**Directions**
Keep every line of the data below that has the string "None" and present those lines.

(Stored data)
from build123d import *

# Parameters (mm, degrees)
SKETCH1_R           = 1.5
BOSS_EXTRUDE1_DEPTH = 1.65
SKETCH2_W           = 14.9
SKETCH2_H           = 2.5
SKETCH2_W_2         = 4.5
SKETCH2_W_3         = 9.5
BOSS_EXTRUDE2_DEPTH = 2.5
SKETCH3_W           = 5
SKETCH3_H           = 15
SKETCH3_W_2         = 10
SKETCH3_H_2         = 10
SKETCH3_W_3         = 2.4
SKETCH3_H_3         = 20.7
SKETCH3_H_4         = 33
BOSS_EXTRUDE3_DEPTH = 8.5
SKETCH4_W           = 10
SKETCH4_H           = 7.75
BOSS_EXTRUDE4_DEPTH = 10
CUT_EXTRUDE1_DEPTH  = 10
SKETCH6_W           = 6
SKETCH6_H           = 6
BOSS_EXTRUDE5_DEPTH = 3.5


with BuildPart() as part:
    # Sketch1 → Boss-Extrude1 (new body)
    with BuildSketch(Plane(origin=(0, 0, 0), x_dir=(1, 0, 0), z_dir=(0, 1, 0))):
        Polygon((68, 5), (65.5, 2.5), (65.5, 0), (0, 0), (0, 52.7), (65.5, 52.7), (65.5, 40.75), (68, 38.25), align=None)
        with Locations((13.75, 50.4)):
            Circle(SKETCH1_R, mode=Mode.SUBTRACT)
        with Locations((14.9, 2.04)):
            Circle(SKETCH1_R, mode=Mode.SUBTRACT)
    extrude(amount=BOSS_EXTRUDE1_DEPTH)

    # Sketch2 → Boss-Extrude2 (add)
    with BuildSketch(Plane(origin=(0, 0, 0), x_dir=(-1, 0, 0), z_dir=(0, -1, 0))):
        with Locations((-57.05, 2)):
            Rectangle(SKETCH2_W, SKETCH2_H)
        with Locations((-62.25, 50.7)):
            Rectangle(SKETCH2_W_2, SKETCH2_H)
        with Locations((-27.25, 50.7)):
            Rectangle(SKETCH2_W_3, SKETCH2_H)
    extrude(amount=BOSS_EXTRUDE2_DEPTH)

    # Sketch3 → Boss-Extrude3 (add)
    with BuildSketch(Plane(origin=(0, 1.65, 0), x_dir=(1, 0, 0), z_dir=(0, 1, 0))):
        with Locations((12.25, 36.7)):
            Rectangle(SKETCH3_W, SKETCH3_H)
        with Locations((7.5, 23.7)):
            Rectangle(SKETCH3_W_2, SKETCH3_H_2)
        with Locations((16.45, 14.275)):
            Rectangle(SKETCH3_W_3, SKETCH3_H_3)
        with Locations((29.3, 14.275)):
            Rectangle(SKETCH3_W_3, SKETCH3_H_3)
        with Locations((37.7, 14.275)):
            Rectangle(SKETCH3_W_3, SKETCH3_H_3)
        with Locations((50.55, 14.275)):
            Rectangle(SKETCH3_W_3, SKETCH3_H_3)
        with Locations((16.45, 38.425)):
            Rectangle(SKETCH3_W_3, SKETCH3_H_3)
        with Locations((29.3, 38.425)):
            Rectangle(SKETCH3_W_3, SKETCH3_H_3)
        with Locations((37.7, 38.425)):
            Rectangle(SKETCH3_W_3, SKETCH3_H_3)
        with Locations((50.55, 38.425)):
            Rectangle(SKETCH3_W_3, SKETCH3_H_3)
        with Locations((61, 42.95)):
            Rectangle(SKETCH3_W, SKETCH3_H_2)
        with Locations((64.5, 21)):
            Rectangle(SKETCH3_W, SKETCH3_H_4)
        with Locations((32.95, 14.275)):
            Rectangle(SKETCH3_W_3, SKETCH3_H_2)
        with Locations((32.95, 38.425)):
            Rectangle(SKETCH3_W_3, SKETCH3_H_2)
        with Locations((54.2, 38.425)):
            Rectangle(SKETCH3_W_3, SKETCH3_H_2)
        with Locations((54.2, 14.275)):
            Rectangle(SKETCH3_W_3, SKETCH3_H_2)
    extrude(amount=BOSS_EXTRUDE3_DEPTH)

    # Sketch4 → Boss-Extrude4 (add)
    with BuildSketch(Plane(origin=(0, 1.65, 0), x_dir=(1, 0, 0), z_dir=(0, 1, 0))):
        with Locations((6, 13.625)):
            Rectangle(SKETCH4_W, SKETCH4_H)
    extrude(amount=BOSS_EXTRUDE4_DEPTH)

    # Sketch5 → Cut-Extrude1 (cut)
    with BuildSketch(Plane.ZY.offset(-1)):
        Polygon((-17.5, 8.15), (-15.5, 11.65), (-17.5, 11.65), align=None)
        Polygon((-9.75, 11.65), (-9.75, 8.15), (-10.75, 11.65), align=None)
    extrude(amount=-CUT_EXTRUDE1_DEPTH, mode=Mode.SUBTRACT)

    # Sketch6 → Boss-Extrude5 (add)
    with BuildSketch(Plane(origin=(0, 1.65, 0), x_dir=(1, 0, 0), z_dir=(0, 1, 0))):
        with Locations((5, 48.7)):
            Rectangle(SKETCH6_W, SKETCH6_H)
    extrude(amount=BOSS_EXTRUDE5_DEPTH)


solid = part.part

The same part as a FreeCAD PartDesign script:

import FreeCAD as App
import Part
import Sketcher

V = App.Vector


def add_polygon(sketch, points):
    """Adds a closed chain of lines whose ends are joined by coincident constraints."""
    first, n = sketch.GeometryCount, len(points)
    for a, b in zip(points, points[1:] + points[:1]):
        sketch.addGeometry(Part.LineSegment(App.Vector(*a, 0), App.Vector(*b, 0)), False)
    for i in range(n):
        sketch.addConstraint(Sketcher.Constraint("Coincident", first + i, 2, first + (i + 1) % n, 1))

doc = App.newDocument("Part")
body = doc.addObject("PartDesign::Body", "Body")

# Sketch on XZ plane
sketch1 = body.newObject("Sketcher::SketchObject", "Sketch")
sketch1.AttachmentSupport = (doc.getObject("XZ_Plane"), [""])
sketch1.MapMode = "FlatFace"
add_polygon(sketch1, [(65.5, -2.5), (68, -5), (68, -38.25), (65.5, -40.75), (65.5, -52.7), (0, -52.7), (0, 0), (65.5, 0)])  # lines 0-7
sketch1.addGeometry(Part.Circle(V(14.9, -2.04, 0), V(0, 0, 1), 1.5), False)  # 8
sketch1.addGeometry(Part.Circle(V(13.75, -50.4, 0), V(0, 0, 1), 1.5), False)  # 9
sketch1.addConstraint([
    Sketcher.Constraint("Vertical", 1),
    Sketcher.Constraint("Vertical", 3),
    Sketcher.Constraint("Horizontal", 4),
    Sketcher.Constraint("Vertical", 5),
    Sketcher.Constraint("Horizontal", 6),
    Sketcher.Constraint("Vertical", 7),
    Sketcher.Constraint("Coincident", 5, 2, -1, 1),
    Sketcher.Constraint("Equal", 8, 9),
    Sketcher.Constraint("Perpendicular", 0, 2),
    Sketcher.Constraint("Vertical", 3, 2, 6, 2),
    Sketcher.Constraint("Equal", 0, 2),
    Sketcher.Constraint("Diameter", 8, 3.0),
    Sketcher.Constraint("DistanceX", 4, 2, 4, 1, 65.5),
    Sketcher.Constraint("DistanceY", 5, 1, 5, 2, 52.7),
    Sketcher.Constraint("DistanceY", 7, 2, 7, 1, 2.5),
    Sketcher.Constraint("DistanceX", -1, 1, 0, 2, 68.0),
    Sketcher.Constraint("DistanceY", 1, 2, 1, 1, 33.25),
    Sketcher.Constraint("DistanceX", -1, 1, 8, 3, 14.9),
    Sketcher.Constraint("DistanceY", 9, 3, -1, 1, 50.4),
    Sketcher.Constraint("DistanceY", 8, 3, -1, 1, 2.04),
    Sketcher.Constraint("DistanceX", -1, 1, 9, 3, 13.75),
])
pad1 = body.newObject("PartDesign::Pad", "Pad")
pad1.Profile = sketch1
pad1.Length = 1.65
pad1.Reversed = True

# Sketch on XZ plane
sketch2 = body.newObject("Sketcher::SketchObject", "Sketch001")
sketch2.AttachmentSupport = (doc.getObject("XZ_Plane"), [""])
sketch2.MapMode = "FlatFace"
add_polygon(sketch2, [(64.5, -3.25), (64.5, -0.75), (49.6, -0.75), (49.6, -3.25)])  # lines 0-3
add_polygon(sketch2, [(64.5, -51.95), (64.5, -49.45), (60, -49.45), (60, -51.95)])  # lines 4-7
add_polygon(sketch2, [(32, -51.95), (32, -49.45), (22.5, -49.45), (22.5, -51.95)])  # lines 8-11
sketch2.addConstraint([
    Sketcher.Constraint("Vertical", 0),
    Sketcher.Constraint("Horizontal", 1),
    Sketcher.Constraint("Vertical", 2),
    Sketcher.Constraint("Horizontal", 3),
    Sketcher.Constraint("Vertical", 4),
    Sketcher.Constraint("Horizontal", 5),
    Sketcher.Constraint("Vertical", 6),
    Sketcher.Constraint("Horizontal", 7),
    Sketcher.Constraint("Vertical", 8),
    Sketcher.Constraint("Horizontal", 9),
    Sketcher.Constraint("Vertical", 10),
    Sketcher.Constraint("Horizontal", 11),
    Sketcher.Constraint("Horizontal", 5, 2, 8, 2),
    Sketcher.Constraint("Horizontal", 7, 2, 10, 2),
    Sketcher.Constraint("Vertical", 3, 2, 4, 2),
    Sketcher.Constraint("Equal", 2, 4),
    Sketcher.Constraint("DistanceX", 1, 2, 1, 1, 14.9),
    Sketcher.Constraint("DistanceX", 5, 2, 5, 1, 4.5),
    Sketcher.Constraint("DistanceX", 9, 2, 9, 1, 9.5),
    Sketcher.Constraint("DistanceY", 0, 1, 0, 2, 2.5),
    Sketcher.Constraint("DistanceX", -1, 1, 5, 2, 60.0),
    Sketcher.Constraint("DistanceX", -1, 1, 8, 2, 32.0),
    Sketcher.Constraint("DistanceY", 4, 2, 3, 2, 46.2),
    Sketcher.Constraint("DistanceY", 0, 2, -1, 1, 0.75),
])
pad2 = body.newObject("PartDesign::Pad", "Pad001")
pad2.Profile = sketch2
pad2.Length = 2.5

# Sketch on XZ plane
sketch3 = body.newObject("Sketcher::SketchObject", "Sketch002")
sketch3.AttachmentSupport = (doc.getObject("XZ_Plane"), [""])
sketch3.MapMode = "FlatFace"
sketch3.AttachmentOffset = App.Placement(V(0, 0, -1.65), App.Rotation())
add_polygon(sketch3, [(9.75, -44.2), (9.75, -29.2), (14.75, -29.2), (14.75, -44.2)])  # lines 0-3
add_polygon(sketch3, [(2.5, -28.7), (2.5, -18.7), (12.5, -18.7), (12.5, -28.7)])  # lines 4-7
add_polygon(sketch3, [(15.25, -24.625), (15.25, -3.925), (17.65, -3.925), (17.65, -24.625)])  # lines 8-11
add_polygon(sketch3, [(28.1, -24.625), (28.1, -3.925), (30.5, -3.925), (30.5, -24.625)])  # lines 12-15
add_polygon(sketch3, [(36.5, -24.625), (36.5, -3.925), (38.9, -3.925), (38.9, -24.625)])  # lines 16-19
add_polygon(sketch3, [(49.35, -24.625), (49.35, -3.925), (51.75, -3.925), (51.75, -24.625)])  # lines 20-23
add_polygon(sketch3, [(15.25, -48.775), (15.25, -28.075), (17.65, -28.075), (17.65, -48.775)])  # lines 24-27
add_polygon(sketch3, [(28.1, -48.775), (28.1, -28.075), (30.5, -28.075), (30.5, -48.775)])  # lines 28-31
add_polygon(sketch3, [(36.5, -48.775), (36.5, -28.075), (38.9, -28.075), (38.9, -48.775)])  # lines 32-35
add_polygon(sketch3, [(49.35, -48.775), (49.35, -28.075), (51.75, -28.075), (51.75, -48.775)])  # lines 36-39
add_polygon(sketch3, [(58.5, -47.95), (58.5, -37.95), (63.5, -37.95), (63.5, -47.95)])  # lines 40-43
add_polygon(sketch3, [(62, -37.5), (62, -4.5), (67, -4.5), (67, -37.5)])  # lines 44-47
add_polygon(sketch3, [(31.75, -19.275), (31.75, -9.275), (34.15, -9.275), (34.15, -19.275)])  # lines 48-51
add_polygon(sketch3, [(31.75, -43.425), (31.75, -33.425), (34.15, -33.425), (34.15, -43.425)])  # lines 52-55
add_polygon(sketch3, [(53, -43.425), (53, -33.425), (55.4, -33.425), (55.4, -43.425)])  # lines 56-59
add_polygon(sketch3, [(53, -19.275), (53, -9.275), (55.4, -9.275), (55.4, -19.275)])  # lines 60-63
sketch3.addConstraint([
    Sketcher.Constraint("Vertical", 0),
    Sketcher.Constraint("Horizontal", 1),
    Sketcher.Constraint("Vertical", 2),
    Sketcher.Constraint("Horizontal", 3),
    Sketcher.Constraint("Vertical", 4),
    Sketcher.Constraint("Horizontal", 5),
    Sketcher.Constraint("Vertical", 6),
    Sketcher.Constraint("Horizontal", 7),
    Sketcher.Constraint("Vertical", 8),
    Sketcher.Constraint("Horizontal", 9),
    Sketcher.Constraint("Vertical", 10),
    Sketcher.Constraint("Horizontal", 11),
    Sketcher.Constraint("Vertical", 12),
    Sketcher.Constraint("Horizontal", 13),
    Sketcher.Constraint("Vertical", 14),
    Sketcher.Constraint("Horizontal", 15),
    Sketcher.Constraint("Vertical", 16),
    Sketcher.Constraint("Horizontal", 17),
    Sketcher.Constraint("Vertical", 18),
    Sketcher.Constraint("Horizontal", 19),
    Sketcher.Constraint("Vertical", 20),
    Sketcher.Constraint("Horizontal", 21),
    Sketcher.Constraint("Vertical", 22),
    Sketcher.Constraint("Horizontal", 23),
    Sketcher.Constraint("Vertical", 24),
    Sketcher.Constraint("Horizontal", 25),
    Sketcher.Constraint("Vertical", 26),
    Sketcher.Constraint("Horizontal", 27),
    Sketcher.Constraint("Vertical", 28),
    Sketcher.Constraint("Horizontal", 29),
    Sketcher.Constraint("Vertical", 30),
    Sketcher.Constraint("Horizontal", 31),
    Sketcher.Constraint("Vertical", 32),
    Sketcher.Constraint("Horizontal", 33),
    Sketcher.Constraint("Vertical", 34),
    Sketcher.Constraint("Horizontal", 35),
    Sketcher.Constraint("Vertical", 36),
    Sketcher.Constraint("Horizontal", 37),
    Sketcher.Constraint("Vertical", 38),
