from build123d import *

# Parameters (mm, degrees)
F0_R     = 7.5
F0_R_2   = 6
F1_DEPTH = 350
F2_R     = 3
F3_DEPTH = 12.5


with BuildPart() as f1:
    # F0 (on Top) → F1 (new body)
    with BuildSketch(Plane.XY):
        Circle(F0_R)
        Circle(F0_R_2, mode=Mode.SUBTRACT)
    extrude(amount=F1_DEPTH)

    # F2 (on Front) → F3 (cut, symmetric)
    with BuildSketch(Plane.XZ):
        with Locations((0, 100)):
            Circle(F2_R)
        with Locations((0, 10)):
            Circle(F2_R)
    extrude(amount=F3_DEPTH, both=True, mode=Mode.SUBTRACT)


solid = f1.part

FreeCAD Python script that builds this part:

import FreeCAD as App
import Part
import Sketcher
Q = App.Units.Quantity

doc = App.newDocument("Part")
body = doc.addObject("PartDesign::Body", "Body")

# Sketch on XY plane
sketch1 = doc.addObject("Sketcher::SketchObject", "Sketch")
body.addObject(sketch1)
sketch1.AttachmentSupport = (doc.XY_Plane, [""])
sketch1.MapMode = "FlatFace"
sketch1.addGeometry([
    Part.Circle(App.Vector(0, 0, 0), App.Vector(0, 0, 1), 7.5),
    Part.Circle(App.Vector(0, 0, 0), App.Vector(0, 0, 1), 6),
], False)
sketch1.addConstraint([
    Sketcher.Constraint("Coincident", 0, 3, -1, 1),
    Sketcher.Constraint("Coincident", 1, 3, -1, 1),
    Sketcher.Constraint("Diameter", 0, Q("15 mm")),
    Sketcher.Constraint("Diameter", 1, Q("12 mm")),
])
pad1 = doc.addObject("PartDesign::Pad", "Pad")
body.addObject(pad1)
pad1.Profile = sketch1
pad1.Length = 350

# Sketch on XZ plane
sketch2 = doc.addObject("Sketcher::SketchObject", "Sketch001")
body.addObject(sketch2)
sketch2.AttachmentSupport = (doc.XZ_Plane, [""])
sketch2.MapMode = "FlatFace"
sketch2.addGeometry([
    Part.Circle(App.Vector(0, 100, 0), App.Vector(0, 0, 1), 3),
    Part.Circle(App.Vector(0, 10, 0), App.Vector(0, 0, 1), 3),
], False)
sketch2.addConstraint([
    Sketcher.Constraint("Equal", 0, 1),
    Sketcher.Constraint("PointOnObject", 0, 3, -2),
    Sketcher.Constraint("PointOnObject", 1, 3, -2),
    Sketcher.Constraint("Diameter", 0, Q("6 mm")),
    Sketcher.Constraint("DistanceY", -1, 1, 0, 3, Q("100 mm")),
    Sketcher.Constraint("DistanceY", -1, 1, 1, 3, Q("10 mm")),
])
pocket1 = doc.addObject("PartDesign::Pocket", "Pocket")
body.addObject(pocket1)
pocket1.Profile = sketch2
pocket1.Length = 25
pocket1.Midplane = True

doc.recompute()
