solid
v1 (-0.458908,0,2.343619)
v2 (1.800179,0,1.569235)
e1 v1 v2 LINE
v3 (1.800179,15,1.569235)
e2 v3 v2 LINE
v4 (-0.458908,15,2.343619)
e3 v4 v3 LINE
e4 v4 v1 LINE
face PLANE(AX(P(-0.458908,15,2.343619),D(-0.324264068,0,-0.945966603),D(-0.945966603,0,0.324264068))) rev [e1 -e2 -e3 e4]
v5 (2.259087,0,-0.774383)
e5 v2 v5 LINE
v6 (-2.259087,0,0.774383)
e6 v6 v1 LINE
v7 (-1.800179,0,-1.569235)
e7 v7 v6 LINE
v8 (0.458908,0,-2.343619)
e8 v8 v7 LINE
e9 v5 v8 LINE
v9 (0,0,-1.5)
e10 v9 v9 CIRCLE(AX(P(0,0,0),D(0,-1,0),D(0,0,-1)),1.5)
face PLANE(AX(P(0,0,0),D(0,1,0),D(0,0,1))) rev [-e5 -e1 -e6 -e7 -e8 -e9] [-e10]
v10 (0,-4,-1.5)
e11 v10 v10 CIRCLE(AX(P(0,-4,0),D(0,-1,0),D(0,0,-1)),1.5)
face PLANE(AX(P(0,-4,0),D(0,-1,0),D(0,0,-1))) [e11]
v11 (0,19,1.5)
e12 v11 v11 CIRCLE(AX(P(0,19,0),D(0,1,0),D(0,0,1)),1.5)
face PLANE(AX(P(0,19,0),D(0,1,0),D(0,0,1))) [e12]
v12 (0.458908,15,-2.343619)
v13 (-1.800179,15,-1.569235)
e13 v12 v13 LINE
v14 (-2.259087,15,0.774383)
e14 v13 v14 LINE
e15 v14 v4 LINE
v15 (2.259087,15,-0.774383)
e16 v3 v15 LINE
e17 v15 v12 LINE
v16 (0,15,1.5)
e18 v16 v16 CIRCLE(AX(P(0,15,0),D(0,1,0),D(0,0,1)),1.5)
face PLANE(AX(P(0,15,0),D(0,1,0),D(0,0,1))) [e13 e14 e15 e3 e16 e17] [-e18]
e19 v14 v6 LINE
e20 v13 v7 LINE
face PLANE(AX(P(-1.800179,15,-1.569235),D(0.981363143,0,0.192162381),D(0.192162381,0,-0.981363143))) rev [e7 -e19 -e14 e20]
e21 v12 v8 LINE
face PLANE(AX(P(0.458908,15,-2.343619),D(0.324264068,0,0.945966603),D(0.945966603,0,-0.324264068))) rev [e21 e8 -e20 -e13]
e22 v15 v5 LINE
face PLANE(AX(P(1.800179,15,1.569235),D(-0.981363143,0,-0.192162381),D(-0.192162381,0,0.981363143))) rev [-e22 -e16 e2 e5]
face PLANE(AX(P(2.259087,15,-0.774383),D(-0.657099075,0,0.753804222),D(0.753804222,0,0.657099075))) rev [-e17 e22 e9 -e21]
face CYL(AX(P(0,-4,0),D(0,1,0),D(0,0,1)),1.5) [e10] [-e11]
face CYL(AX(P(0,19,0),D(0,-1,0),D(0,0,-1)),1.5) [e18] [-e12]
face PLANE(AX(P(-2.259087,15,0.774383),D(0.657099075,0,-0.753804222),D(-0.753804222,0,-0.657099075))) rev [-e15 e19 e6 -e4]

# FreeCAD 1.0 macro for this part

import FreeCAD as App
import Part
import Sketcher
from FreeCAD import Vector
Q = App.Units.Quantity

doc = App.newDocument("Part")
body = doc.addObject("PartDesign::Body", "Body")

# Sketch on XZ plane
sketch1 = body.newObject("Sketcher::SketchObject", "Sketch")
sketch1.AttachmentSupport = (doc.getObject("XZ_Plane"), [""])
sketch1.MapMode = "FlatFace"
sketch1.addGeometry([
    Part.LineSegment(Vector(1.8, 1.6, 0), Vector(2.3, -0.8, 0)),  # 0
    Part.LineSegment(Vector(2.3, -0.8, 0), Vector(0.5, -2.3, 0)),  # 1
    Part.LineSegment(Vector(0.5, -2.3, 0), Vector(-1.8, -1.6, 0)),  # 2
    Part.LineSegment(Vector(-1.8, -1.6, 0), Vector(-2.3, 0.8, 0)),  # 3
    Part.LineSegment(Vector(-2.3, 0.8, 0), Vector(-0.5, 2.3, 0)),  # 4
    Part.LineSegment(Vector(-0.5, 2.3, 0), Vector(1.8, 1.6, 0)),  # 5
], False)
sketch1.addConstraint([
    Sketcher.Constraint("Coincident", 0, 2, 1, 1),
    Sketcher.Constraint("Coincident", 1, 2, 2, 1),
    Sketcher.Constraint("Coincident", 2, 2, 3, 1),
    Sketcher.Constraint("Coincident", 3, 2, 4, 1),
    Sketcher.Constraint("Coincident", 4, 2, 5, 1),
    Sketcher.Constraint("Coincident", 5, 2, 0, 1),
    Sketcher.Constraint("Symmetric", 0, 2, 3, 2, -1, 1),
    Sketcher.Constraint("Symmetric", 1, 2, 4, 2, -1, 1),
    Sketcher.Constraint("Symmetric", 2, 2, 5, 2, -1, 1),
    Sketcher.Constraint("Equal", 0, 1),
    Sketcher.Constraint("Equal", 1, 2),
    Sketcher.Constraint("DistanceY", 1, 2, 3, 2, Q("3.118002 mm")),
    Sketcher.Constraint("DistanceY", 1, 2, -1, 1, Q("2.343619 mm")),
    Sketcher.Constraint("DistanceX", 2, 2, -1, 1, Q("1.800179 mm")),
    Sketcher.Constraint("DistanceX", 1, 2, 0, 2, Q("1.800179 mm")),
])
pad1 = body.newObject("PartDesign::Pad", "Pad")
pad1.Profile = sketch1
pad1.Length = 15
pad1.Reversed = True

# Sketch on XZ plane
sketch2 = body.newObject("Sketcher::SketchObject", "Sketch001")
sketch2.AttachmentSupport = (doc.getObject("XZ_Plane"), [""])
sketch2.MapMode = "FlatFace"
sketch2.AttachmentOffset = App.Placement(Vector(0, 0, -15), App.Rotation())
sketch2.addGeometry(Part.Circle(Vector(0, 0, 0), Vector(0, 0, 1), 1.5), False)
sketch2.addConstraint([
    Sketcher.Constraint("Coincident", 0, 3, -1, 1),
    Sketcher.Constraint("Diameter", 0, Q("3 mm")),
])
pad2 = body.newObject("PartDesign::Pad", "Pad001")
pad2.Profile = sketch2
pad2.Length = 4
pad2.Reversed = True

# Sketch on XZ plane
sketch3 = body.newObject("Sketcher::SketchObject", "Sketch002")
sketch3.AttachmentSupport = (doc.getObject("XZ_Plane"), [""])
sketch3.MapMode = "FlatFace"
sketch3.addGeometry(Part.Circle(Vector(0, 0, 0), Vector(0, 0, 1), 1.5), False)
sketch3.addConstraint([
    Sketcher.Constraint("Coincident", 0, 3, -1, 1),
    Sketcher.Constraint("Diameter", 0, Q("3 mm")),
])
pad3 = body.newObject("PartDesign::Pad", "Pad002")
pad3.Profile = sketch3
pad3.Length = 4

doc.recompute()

**Response**
        Polygon((68, 5), (65.5, 2.5), (65.5, 0), (0, 0), (0, 52.7), (65.5, 52.7), (65.5, 40.75), (68, 38.25), align=None)
        Polygon((-17.5, 8.15), (-15.5, 11.65), (-17.5, 11.65), align=None)
        Polygon((-9.75, 11.65), (-9.75, 8.15), (-10.75, 11.65), align=None)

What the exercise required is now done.